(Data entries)

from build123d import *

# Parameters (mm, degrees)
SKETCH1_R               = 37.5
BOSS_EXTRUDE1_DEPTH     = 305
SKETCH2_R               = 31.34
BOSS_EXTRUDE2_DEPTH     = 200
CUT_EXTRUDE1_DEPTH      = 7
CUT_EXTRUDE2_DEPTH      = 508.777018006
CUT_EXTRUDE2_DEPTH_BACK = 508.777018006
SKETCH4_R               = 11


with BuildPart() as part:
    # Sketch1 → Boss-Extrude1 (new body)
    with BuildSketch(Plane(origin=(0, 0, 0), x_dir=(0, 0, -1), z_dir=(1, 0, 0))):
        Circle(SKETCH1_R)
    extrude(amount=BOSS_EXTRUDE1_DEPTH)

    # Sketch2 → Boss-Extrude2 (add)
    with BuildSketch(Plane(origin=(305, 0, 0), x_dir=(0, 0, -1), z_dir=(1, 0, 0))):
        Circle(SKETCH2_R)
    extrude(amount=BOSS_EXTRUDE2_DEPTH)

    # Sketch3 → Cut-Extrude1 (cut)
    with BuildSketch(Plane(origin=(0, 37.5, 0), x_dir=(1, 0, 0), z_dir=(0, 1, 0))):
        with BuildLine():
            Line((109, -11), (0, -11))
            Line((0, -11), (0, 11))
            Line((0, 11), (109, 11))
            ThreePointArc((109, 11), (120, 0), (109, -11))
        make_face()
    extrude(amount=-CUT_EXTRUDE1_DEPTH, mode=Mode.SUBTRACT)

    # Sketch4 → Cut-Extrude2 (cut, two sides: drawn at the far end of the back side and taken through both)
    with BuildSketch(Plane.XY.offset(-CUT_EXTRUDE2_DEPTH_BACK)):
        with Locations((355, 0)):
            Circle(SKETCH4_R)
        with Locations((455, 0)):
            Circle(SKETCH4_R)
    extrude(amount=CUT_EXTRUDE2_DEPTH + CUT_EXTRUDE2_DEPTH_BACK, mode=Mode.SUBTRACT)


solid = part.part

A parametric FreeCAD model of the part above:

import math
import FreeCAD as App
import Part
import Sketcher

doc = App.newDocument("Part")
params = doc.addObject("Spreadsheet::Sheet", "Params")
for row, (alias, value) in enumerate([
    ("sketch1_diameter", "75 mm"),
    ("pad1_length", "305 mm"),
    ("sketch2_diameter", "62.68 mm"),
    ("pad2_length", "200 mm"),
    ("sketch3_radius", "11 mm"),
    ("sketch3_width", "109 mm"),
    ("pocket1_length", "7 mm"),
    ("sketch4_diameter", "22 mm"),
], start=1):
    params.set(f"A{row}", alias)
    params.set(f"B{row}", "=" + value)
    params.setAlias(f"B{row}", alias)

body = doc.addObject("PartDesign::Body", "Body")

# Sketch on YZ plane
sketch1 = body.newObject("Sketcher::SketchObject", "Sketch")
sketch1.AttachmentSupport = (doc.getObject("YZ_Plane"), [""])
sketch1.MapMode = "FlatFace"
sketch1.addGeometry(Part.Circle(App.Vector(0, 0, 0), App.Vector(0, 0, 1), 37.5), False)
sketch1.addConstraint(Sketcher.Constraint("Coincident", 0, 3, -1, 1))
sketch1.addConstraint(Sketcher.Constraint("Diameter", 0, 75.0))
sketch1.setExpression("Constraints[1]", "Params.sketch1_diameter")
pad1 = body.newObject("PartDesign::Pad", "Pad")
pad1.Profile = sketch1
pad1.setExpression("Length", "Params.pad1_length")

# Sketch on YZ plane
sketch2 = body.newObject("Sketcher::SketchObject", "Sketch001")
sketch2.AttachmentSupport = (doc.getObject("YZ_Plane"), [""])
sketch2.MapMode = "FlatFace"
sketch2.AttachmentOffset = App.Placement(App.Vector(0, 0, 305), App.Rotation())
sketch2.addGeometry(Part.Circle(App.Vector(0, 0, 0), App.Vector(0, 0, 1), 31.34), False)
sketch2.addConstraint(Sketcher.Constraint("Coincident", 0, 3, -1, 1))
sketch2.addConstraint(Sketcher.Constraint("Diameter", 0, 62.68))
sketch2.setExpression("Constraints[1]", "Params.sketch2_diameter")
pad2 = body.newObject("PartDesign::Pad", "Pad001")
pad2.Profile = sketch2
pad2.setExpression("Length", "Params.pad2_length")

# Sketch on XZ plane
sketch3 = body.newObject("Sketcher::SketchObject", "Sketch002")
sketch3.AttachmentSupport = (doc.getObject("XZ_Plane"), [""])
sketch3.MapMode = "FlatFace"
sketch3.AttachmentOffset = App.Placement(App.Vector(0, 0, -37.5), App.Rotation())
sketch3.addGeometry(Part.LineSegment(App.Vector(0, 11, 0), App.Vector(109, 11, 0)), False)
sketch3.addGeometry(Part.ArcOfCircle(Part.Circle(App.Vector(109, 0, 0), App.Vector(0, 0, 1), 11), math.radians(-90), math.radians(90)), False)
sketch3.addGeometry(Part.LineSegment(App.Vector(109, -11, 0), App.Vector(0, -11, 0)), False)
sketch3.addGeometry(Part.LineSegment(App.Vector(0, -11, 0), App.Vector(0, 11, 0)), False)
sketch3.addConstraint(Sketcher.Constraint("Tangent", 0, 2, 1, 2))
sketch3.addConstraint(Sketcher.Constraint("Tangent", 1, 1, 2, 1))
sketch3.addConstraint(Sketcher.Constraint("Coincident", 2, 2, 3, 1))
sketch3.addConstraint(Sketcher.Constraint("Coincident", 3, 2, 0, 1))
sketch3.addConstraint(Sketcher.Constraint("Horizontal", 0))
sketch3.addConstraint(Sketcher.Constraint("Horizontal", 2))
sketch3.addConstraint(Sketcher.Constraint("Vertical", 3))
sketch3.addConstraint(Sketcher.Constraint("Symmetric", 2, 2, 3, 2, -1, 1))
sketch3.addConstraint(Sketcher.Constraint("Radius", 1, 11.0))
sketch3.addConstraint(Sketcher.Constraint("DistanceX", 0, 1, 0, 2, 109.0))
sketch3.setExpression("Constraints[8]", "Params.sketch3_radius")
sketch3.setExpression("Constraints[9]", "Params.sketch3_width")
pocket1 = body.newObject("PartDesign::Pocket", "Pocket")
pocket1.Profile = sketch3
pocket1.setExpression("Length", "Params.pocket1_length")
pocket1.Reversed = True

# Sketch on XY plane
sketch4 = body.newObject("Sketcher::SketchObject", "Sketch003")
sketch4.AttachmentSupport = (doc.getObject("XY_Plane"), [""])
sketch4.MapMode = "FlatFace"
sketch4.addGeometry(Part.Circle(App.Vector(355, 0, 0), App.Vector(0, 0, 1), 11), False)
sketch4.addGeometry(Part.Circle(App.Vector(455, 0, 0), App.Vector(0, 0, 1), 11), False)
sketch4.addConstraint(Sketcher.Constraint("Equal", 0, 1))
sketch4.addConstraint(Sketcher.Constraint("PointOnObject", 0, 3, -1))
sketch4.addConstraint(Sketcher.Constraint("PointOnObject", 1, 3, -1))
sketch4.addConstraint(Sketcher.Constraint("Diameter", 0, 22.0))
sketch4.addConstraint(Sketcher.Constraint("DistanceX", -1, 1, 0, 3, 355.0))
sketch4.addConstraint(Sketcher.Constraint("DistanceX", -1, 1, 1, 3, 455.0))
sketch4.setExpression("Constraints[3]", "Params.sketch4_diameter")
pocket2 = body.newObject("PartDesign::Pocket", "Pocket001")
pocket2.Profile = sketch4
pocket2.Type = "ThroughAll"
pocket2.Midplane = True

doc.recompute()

**EXERCISE INSTRUCTIONS:** Output every line from the records, exactly as written.

**SOLUTION TO THE EXERCISE:**
from build123d import *

# Parameters (mm, degrees)
SKETCH1_R               = 37.5
BOSS_EXTRUDE1_DEPTH     = 305
SKETCH2_R               = 31.34
BOSS_EXTRUDE2_DEPTH     = 200
CUT_EXTRUDE1_DEPTH      = 7
CUT_EXTRUDE2_DEPTH      = 508.777018006
CUT_EXTRUDE2_DEPTH_BACK = 508.777018006
SKETCH4_R               = 11


with BuildPart() as part:
    # Sketch1 → Boss-Extrude1 (new body)
    with BuildSketch(Plane(origin=(0, 0, 0), x_dir=(0, 0, -1), z_dir=(1, 0, 0))):
        Circle(SKETCH1_R)
    extrude(amount=BOSS_EXTRUDE1_DEPTH)

    # Sketch2 → Boss-Extrude2 (add)
    with BuildSketch(Plane(origin=(305, 0, 0), x_dir=(0, 0, -1), z_dir=(1, 0, 0))):
        Circle(SKETCH2_R)
    extrude(amount=BOSS_EXTRUDE2_DEPTH)

    # Sketch3 → Cut-Extrude1 (cut)
    with BuildSketch(Plane(origin=(0, 37.5, 0), x_dir=(1, 0, 0), z_dir=(0, 1, 0))):
        with BuildLine():
            Line((109, -11), (0, -11))
            Line((0, -11), (0, 11))
            Line((0, 11), (109, 11))
            ThreePointArc((109, 11), (120, 0), (109, -11))
        make_face()
    extrude(amount=-CUT_EXTRUDE1_DEPTH, mode=Mode.SUBTRACT)

    # Sketch4 → Cut-Extrude2 (cut, two sides: drawn at the far end of the back side and taken through both)
    with BuildSketch(Plane.XY.offset(-CUT_EXTRUDE2_DEPTH_BACK)):
        with Locations((355, 0)):
            Circle(SKETCH4_R)
        with Locations((455, 0)):
            Circle(SKETCH4_R)
    extrude(amount=CUT_EXTRUDE2_DEPTH + CUT_EXTRUDE2_DEPTH_BACK, mode=Mode.SUBTRACT)


solid = part.part

A parametric FreeCAD model of the part above:

import math
import FreeCAD as App
import Part
import Sketcher

doc = App.newDocument("Part")
params = doc.addObject("Spreadsheet::Sheet", "Params")
for row, (alias, value) in enumerate([
    ("sketch1_diameter", "75 mm"),
    ("pad1_length", "305 mm"),
    ("sketch2_diameter", "62.68 mm"),
    ("pad2_length", "200 mm"),
    ("sketch3_radius", "11 mm"),
    ("sketch3_width", "109 mm"),
    ("pocket1_length", "7 mm"),
    ("sketch4_diameter", "22 mm"),
], start=1):
    params.set(f"A{row}", alias)
    params.set(f"B{row}", "=" + value)
    params.setAlias(f"B{row}", alias)

body = doc.addObject("PartDesign::Body", "Body")

# Sketch on YZ plane
sketch1 = body.newObject("Sketcher::SketchObject", "Sketch")
sketch1.AttachmentSupport = (doc.getObject("YZ_Plane"), [""])
sketch1.MapMode = "FlatFace"
sketch1.addGeometry(Part.Circle(App.Vector(0, 0, 0), App.Vector(0, 0, 1), 37.5), False)
sketch1.addConstraint(Sketcher.Constraint("Coincident", 0, 3, -1, 1))
sketch1.addConstraint(Sketcher.Constraint("Diameter", 0, 75.0))
sketch1.setExpression("Constraints[1]", "Params.sketch1_diameter")
pad1 = body.newObject("PartDesign::Pad", "Pad")
pad1.Profile = sketch1
pad1.setExpression("Length", "Params.pad1_length")

# Sketch on YZ plane
sketch2 = body.newObject("Sketcher::SketchObject", "Sketch001")
sketch2.AttachmentSupport = (doc.getObject("YZ_Plane"), [""])
sketch2.MapMode = "FlatFace"
sketch2.AttachmentOffset = App.Placement(App.Vector(0, 0, 305), App.Rotation())
sketch2.addGeometry(Part.Circle(App.Vector(0, 0, 0), App.Vector(0, 0, 1), 31.34), False)
sketch2.addConstraint(Sketcher.Constraint("Coincident", 0, 3, -1, 1))
sketch2.addConstraint(Sketcher.Constraint("Diameter", 0, 62.68))
sketch2.setExpression("Constraints[1]", "Params.sketch2_diameter")
pad2 = body.newObject("PartDesign::Pad", "Pad001")
pad2.Profile = sketch2
pad2.setExpression("Length", "Params.pad2_length")

# Sketch on XZ plane
sketch3 = body.newObject("Sketcher::SketchObject", "Sketch002")
sketch3.AttachmentSupport = (doc.getObject("XZ_Plane"), [""])
sketch3.MapMode = "FlatFace"
sketch3.AttachmentOffset = App.Placement(App.Vector(0, 0, -37.5), App.Rotation())
sketch3.addGeometry(Part.LineSegment(App.Vector(0, 11, 0), App.Vector(109, 11, 0)), False)
sketch3.addGeometry(Part.ArcOfCircle(Part.Circle(App.Vector(109, 0, 0), App.Vector(0, 0, 1), 11), math.radians(-90), math.radians(90)), False)
sketch3.addGeometry(Part.LineSegment(App.Vector(109, -11, 0), App.Vector(0, -11, 0)), False)
sketch3.addGeometry(Part.LineSegment(App.Vector(0, -11, 0), App.Vector(0, 11, 0)), False)
sketch3.addConstraint(Sketcher.Constraint("Tangent", 0, 2, 1, 2))
sketch3.addConstraint(Sketcher.Constraint("Tangent", 1, 1, 2, 1))
sketch3.addConstraint(Sketcher.Constraint("Coincident", 2, 2, 3, 1))
sketch3.addConstraint(Sketcher.Constraint("Coincident", 3, 2, 0, 1))
sketch3.addConstraint(Sketcher.Constraint("Horizontal", 0))
sketch3.addConstraint(Sketcher.Constraint("Horizontal", 2))
sketch3.addConstraint(Sketcher.Constraint("Vertical", 3))
sketch3.addConstraint(Sketcher.Constraint("Symmetric", 2, 2, 3, 2, -1, 1))
sketch3.addConstraint(Sketcher.Constraint("Radius", 1, 11.0))
sketch3.addConstraint(Sketcher.Constraint("DistanceX", 0, 1, 0, 2, 109.0))
sketch3.setExpression("Constraints[8]", "Params.sketch3_radius")
sketch3.setExpression("Constraints[9]", "Params.sketch3_width")
pocket1 = body.newObject("PartDesign::Pocket", "Pocket")
pocket1.Profile = sketch3
pocket1.setExpression("Length", "Params.pocket1_length")
pocket1.Reversed = True

# Sketch on XY plane
sketch4 = body.newObject("Sketcher::SketchObject", "Sketch003")
sketch4.AttachmentSupport = (doc.getObject("XY_Plane"), [""])
sketch4.MapMode = "FlatFace"
sketch4.addGeometry(Part.Circle(App.Vector(355, 0, 0), App.Vector(0, 0, 1), 11), False)
sketch4.addGeometry(Part.Circle(App.Vector(455, 0, 0), App.Vector(0, 0, 1), 11), False)
sketch4.addConstraint(Sketcher.Constraint("Equal", 0, 1))
sketch4.addConstraint(Sketcher.Constraint("PointOnObject", 0, 3, -1))
sketch4.addConstraint(Sketcher.Constraint("PointOnObject", 1, 3, -1))
sketch4.addConstraint(Sketcher.Constraint("Diameter", 0, 22.0))
sketch4.addConstraint(Sketcher.Constraint("DistanceX", -1, 1, 0, 3, 355.0))
sketch4.addConstraint(Sketcher.Constraint("DistanceX", -1, 1, 1, 3, 455.0))
sketch4.setExpression("Constraints[3]", "Params.sketch4_diameter")
pocket2 = body.newObject("PartDesign::Pocket", "Pocket001")
pocket2.Profile = sketch4
pocket2.Type = "ThroughAll"
pocket2.Midplane = True

doc.recompute()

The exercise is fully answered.